Kenner ahnten, dass der ein besonderes Erlebnis werden würde. Gab es doch gleich zum Auftakt ein Wiedersehen mit dem englischen Tastenass Kid Downes, der schon 2019 beim 23. Joe-Festival an der Sauer-Orgel der Alten Kirche Altenessen für Staunen gesorgt hatte. Nun traktierte er im Trio namens „Deadeye“ mit dem Schlagzeuger Jonas Burgwinkel und dem Gitarristen Reinier Baas den großen Dinosaurier im Jazz-Instrumentarium, eine Hammondorgel moderner Bauart, derart überwältigend, dass einem Hören und Sehen verging.

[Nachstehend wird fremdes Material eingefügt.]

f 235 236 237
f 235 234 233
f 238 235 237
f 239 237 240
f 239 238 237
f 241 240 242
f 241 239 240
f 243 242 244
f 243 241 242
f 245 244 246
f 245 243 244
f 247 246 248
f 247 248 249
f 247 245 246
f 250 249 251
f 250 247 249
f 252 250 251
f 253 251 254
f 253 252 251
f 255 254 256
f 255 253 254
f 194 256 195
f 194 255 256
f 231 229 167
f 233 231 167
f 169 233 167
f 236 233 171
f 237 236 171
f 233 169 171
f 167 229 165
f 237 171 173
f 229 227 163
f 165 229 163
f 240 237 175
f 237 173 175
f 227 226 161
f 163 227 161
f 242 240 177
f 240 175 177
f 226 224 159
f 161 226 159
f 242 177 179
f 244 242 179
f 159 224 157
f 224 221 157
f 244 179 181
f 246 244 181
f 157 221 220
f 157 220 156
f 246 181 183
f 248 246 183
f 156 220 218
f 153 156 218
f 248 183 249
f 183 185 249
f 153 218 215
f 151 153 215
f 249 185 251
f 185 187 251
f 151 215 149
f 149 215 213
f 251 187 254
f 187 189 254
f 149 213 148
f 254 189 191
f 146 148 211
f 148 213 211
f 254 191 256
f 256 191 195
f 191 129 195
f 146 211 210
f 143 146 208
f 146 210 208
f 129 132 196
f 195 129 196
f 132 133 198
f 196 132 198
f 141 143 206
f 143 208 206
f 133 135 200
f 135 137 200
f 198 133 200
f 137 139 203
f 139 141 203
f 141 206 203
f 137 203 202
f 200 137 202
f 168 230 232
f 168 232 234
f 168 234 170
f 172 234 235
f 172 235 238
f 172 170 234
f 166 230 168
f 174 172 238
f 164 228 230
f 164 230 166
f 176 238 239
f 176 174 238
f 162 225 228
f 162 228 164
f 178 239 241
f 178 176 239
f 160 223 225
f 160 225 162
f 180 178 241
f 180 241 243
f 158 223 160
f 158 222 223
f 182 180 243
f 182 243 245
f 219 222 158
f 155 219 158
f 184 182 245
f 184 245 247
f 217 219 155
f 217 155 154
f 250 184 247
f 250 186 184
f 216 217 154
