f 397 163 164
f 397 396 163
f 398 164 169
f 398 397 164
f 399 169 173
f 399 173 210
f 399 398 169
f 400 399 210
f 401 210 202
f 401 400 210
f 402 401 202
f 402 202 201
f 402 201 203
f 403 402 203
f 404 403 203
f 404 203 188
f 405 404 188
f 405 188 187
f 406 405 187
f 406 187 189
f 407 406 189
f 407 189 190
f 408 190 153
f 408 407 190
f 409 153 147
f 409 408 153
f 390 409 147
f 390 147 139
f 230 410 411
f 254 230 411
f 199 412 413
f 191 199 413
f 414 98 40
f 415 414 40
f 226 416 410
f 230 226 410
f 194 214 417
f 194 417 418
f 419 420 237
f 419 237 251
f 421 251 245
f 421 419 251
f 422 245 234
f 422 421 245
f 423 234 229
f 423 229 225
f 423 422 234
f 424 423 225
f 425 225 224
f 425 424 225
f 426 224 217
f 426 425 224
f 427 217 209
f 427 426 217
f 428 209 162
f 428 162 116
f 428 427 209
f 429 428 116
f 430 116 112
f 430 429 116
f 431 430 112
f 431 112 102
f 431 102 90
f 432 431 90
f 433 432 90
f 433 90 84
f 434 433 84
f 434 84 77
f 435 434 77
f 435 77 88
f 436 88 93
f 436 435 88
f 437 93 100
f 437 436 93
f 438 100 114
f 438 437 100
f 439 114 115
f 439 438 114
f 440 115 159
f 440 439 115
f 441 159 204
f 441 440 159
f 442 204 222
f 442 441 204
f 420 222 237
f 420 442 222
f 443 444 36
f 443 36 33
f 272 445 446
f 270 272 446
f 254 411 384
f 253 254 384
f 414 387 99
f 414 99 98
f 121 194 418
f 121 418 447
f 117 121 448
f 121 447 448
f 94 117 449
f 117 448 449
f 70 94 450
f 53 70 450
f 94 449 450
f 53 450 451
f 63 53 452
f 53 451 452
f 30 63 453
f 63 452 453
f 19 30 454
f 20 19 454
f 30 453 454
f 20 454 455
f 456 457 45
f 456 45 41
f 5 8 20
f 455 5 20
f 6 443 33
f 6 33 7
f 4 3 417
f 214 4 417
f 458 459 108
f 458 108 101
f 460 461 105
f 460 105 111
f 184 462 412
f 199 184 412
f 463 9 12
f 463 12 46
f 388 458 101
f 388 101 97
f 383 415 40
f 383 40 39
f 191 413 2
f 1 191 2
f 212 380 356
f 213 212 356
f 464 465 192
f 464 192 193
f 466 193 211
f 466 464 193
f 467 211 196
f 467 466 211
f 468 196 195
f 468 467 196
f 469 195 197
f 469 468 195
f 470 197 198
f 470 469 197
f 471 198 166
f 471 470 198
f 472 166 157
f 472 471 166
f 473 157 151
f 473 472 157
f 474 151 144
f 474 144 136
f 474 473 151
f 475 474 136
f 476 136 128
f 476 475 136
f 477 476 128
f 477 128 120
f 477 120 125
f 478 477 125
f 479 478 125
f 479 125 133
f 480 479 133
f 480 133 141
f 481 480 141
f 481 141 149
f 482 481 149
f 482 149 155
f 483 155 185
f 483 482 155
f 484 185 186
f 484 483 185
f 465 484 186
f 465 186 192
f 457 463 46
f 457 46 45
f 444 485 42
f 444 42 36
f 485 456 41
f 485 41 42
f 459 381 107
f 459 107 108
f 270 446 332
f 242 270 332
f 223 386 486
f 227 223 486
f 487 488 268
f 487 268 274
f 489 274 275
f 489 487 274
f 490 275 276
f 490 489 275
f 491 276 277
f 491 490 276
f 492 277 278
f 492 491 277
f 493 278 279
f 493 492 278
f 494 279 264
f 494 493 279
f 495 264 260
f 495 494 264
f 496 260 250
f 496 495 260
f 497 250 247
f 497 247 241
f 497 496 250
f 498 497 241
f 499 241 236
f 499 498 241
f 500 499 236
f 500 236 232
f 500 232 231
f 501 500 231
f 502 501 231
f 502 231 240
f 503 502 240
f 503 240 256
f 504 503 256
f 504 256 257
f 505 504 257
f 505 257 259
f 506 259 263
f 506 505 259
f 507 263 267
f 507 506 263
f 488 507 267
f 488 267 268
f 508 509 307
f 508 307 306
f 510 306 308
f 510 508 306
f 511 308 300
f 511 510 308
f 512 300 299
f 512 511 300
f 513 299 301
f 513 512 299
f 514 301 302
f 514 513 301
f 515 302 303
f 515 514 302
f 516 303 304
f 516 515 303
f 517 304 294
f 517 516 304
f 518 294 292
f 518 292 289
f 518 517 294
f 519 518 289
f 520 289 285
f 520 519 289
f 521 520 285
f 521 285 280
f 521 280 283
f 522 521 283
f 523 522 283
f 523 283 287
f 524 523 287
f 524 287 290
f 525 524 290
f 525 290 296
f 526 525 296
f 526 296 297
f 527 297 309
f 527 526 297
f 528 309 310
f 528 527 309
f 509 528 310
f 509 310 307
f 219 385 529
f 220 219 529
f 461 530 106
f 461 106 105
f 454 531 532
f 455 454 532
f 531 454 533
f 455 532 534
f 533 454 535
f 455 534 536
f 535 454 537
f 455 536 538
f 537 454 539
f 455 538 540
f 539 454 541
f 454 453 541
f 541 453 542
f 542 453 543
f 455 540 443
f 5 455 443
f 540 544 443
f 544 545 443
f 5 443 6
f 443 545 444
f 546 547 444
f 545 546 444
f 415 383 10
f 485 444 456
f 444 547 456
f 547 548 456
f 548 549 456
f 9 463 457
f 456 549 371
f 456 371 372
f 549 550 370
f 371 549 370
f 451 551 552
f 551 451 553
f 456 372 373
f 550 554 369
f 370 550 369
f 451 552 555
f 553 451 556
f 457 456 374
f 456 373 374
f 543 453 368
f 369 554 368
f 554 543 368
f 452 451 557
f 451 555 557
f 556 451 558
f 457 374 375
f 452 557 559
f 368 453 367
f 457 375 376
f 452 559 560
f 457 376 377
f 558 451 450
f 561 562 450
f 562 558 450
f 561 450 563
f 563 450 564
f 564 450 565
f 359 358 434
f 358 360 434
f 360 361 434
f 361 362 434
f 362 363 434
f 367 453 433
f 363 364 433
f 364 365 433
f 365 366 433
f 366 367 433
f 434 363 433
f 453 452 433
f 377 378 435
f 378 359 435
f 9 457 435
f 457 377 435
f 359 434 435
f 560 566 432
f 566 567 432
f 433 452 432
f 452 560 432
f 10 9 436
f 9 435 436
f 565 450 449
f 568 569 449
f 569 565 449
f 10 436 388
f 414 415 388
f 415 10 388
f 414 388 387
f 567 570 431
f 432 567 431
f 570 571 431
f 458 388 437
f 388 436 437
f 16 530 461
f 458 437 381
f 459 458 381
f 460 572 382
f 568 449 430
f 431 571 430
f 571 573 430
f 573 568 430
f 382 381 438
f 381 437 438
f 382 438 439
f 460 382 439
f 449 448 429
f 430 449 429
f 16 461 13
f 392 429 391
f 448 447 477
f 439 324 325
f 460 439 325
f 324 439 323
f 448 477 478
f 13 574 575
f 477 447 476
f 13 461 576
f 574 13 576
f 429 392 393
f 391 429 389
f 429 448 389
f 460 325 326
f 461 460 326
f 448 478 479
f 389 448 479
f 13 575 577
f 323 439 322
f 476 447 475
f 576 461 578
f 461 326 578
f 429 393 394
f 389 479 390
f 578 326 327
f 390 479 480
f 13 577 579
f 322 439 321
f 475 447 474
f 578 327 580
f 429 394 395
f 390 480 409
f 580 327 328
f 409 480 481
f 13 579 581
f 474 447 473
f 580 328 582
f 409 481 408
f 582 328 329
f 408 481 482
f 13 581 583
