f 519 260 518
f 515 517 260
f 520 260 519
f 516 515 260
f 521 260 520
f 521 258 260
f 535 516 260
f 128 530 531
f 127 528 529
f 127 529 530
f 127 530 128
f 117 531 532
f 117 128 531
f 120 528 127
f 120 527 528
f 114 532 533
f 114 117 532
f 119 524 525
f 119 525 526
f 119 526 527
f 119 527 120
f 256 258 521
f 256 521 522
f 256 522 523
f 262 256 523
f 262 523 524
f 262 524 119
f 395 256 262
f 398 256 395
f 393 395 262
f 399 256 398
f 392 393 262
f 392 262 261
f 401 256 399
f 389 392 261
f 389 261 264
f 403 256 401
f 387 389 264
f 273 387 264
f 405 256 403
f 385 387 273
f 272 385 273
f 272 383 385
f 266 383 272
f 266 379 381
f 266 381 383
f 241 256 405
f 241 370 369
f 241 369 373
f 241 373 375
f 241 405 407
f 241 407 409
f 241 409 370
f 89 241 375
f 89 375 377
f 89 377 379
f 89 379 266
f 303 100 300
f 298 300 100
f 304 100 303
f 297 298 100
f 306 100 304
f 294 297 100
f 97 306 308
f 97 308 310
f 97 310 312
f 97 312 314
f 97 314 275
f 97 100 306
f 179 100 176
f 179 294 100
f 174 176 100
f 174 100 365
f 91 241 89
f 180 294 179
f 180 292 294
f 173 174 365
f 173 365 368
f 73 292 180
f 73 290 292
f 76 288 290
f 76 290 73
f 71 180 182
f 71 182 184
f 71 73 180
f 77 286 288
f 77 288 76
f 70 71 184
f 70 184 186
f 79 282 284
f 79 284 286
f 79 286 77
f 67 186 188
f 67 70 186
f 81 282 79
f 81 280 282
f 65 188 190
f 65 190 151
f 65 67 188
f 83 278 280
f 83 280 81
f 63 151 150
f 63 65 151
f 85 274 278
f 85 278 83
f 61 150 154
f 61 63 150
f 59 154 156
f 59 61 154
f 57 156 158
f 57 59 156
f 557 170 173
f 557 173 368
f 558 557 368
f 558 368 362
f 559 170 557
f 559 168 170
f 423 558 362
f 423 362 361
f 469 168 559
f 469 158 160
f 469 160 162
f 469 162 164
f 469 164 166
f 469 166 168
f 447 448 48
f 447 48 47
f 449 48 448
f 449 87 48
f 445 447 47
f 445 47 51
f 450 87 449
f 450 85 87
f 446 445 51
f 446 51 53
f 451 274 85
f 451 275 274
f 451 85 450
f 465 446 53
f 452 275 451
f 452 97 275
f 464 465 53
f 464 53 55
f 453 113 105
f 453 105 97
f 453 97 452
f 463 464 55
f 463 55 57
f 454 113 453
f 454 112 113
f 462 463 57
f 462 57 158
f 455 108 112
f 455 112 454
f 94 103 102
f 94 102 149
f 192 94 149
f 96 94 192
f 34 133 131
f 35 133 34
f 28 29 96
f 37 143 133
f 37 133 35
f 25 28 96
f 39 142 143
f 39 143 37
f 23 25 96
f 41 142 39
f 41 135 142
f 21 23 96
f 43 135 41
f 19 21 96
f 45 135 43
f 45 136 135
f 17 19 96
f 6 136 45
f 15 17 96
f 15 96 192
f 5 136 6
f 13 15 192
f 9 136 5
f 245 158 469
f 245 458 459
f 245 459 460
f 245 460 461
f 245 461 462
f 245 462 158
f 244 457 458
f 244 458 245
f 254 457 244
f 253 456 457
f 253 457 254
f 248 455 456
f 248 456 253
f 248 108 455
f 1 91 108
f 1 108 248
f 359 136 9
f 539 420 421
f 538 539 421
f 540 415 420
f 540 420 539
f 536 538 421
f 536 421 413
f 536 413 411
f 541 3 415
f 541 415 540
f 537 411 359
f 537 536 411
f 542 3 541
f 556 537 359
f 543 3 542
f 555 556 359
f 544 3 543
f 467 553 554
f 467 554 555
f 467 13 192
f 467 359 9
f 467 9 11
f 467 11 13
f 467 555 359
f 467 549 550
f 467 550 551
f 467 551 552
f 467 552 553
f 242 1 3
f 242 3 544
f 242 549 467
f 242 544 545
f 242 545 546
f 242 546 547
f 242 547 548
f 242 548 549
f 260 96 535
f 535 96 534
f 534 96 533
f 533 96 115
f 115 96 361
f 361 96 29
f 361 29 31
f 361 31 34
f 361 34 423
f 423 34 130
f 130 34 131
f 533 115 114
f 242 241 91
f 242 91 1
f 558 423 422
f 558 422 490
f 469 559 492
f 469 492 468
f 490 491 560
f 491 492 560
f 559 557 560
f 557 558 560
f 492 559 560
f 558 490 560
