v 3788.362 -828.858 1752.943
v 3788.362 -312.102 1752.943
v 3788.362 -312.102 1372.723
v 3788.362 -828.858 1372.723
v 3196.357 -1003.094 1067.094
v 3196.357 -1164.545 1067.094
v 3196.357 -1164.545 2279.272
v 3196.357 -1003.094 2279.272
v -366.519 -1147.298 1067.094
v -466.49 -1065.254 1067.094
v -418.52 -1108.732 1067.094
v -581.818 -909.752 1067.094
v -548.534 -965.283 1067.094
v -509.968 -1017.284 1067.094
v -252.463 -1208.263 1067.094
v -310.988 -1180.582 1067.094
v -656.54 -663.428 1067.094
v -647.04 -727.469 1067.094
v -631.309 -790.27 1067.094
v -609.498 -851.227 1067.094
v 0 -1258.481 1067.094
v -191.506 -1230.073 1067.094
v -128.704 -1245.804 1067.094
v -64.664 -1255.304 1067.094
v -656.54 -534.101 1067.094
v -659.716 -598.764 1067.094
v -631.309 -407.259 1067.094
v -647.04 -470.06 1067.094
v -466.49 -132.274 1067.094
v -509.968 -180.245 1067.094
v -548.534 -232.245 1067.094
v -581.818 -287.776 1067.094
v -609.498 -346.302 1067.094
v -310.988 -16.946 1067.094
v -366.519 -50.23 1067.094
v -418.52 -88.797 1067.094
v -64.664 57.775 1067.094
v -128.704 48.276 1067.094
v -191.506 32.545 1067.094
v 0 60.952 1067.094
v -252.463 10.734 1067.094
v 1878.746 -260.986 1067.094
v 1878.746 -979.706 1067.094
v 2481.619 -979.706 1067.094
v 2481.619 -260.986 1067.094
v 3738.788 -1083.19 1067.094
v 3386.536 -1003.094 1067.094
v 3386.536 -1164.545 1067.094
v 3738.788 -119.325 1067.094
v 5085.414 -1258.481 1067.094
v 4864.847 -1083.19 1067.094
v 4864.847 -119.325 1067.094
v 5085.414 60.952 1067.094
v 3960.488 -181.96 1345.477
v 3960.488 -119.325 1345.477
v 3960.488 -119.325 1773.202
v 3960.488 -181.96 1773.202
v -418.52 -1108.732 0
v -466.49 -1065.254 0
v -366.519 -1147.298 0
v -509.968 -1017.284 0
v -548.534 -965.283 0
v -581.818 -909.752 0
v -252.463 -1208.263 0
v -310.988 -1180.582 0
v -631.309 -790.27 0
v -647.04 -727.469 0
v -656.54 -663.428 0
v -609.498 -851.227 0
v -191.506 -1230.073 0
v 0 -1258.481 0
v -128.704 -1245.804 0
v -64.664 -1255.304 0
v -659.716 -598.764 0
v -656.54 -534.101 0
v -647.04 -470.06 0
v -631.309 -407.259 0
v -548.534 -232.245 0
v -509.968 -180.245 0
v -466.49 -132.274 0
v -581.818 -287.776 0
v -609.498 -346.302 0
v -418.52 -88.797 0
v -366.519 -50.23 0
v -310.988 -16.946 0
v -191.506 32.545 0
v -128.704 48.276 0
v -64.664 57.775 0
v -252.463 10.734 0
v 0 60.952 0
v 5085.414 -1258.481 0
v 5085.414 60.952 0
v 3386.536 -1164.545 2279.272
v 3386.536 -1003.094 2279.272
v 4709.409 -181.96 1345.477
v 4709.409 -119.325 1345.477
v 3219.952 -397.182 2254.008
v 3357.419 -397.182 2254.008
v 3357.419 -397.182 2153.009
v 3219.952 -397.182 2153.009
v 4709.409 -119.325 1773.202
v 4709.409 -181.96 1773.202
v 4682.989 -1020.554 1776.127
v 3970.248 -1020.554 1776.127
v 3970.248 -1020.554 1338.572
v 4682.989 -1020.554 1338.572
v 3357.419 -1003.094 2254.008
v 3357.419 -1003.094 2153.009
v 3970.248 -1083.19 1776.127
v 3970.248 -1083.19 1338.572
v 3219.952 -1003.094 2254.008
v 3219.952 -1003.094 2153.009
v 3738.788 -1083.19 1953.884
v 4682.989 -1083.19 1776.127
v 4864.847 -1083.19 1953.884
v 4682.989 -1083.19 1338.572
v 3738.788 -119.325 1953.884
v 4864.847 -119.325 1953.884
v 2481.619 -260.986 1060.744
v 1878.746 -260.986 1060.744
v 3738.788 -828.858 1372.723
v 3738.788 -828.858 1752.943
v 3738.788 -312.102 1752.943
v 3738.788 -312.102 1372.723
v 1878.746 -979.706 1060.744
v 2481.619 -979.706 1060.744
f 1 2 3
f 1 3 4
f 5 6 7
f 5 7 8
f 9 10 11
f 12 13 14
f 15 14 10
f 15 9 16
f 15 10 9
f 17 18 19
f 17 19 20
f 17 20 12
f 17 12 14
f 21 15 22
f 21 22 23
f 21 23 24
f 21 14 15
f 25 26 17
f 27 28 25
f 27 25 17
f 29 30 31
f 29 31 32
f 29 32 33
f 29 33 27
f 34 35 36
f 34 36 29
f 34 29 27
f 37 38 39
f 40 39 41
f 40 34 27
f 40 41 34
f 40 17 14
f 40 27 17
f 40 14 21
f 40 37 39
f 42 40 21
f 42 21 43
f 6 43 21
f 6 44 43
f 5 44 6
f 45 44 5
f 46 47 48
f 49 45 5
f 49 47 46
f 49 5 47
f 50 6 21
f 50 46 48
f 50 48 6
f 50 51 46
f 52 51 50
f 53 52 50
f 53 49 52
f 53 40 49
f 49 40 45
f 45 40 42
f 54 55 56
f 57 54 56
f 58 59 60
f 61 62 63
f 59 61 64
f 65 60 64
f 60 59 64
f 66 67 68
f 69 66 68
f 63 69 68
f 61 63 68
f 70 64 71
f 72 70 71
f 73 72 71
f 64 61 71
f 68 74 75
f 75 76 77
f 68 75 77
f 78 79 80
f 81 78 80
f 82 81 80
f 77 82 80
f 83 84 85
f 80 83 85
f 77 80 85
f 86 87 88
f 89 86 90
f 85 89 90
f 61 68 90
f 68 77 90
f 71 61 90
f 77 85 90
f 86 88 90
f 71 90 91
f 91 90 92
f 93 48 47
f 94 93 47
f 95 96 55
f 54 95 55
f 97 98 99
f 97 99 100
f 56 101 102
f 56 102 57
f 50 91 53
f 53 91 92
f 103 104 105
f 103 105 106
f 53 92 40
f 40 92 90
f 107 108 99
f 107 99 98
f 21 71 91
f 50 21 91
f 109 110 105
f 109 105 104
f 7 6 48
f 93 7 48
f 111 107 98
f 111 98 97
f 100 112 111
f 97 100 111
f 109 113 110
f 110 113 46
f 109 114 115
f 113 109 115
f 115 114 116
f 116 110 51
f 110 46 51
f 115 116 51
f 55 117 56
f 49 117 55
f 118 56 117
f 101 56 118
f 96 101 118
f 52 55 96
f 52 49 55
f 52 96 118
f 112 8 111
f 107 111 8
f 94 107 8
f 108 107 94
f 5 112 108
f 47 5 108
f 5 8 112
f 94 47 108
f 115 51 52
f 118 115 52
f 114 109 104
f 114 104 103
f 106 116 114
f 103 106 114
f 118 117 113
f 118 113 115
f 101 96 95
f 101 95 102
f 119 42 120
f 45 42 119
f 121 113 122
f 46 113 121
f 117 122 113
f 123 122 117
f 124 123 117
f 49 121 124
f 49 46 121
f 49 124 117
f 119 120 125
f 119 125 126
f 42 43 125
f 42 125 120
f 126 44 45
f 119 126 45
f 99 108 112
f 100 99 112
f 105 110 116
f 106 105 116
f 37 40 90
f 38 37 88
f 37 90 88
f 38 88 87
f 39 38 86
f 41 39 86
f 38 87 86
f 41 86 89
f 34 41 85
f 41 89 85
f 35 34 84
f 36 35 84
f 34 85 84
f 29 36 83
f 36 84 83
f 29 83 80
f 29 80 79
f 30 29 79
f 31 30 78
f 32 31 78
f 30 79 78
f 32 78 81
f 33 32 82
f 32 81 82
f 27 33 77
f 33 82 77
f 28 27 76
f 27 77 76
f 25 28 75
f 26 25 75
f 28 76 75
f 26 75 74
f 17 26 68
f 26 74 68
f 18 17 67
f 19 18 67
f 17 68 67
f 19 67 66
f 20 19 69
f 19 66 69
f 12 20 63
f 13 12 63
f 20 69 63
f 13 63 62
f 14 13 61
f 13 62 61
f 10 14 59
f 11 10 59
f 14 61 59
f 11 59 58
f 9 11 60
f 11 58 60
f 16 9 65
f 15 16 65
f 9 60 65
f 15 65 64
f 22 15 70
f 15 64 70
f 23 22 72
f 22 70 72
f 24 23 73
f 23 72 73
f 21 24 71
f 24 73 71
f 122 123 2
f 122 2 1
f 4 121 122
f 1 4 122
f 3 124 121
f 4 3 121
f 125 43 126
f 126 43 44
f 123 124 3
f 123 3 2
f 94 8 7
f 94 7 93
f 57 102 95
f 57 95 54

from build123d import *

# Parameters (mm, degrees)
F1_DEPTH  = 1041.6941642761
F2_W      = 1126.0592937469
F2_H      = 963.8655930758
F3_DEPTH  = 912.1903181076
F4_W      = 1126.0592937469
F4_H      = 963.8655930758
F5_DEPTH  = 25.4
F7_W      = 516.755759716
F7_H      = 380.2199363708
F8_DEPTH  = 0.79375
F9_DEPTH  = 49.5742298663
F10_W     = 748.920917511
F10_H     = 427.7250766754
F11_DEPTH = 62.6353546977
F12_W     = 712.7413749695
F12_H     = 437.5553131104
F13_DEPTH = 62.6364
F14_W     = 602.8727293015
F14_H     = 718.7194526196
F15_DEPTH = 6.35
F16_W     = 190.1788711548
F16_H     = 161.4509820938
F17_DEPTH = 1212.1773958206
F18_W     = 137.4664306641
F18_H     = 100.9991168976
F19_DEPTH = 605.9129238129


# Not quite as in the source:
# - a length typed as a fraction of an inch, garbled in the dataset ("3 / 203.2 mm" for 3/8 in), is restored


with BuildPart() as f1:
    # F0 (on Top) → F1 (new body)
    with BuildSketch(Plane.XY):
        with BuildLine():
            Line((1275.3586769104, 60.9520673752), (0, 60.9520673752))
            ThreePointArc((0, 60.9520673752), (-659.7163081169, -598.7642407417), (0, -1258.4805488586))
            Line((0, -1258.4805488586), (5085.4144096375, -1258.4805488586))
            Line((5085.4144096375, -1258.4805488586), (5085.4144096375, 60.9520673752))
            Line((5085.4144096375, 60.9520673752), (1275.3586769104, 60.9520673752))
        make_face()
    extrude(amount=F1_DEPTH)

    # F2 (on face) → F3 (join)
    with BuildSketch(Plane.XY.offset(1041.6941642761)):
        with Locations((4301.8175363541, -601.2575253844)):
            Rectangle(F2_W, F2_H)
    extrude(amount=F3_DEPTH)

    # F4 (on face) → F5 (join)
    with BuildSketch(Plane.XY.offset(1041.6941642761)):
        with BuildLine():
            Line((5085.4144096375, -1258.4805488586), (5085.4144096375, 60.9520673752))
            Line((5085.4144096375, 60.9520673752), (0, 60.9520673752))
            ThreePointArc((0, 60.9520673752), (-659.7163081169, -598.7642407417), (0, -1258.4805488586))
            Line((0, -1258.4805488586), (5085.4144096375, -1258.4805488586))
        make_face()
        with Locations((4301.8175363541, -601.2575253844)):
            Rectangle(F4_W, F4_H, mode=Mode.SUBTRACT)
    extrude(amount=F5_DEPTH)

    # F7 (on face) → F8 (cut)
    with BuildSketch(Plane(origin=(3738.7878894806, 0, 0), x_dir=(0, -1, 0), z_dir=(-1, 0, 0))):
        with Locations((570.4796612263, 1562.8325939178)):
            Rectangle(F7_W, F7_H)
    extrude(amount=-F8_DEPTH, mode=Mode.SUBTRACT)

    # F7 (on face) → F9 (cut)
    with BuildSketch(Plane(origin=(3738.7878894806, 0, 0), x_dir=(0, -1, 0), z_dir=(-1, 0, 0))):
        with Locations((570.4796612263, 1562.8325939178)):
            Rectangle(F7_W, F7_H)
    extrude(amount=-F9_DEPTH, mode=Mode.SUBTRACT)

    # F10 (on face) → F11 (cut)
    with BuildSketch(Plane(origin=(0, -119.3247288465, 0), x_dir=(-1, 0, 0), z_dir=(0, 1, 0))):
        with Locations((-4334.9487781525, 1559.3398809433)):
            Rectangle(F10_W, F10_H)
    extrude(amount=-F11_DEPTH, mode=Mode.SUBTRACT)

    # F12 (on face) → F13 (cut)
    with BuildSketch(Plane.XZ.offset(1083.1903219223)):
        with Locations((4326.6184329987, 1557.3492050171)):
            Rectangle(F12_W, F12_H)
    extrude(amount=-F13_DEPTH, mode=Mode.SUBTRACT)

    # F14 (on face) → F15 (cut)
    with BuildSketch(Plane.XY.offset(1067.0941642761)):
        with Locations((2180.1822781563, -620.3462034464)):
            Rectangle(F14_W, F14_H)
    extrude(amount=-F15_DEPTH, mode=Mode.SUBTRACT)

    # F16 (on face) → F17 (join)
    with BuildSketch(Plane.XY.offset(1067.0941642761)):
        with Locations((3291.446685791, -1083.8199257851)):
            Rectangle(F16_W, F16_H)
    extrude(amount=F17_DEPTH)

    # F18 (on face) → F19 (join)
    with BuildSketch(Plane(origin=(0, -1003.0944347382, 0), x_dir=(-1, 0, 0), z_dir=(0, 1, 0))):
        with Locations((-3288.6855602264, 2203.5087347031)):
            Rectangle(F18_W, F18_H)
    extrude(amount=F19_DEPTH)


solid = f1.part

Ganz unkonventionell zog Kit Downes alle Register seiner stupenden Spielkunst und kredenzte statt traditionellem Fauchen und Röhren dynamisch fein abgestufte Klangfarben, die sich mit den zupackenden, oft flächigen Gitarrensound von Reinier Baas zu mitreißender Ekstase verbanden. Angetrieben von Jonas Burgwinkels trommellastigen Beats, die das zwischen Canterbury-Rock und Free Jazz schillernde Gebräu perfekt abrundeten.
Aus nordischen Gefilden ging‘s Richtung Westafrika
Beim schwedischen Trio „Ghosted“ nutzt der Linkshänder Oren Ambarchi seine Gitarre vor allem als Synthesizer-Input, weshalb diese zu afrikanischen Rhythmen des Drummers Andreas Werlin gar wie eine rasende Kalimba klang. Schön grundiert von Johan Berthling am gestrichenen Bass, geisterte man zunächst durch nordische Gefilde, bog dann nach Westafrika ab und endete schließlich mit blubberndem E-Bass in gewaltig aufblühender Psychedelic-Pracht.
Doch die wahre Entdeckung des Abends war die von den Festival-Machern Patrick Hengst und Simon Camatta zwischen beiden Trios platzierte Pianistin Marta Warelis. Schon wie sie sich ihrem Instrument annäherte, erinnerte an den legendären Cecil Taylor. Meditativ tastete die in Holland lebende Polin zunächst pianissimo zarteste Töne, die sie dann mit Manipulationen im Saitenkasten zu Gong-ähnlichen Klanggespinsten veredelte. Um plötzlich mit rasantem Tastendonner aufzuwarten und für ein Hörerlebnis von rarer Originalität zu sorgen. Dem atemlosen Staunen folgte tosender Jubel für Marta Warelis’ Solo-Auftritt, der schon vorzeitig den Höhepunkt des dreitägigen Joe-Festivals markierte.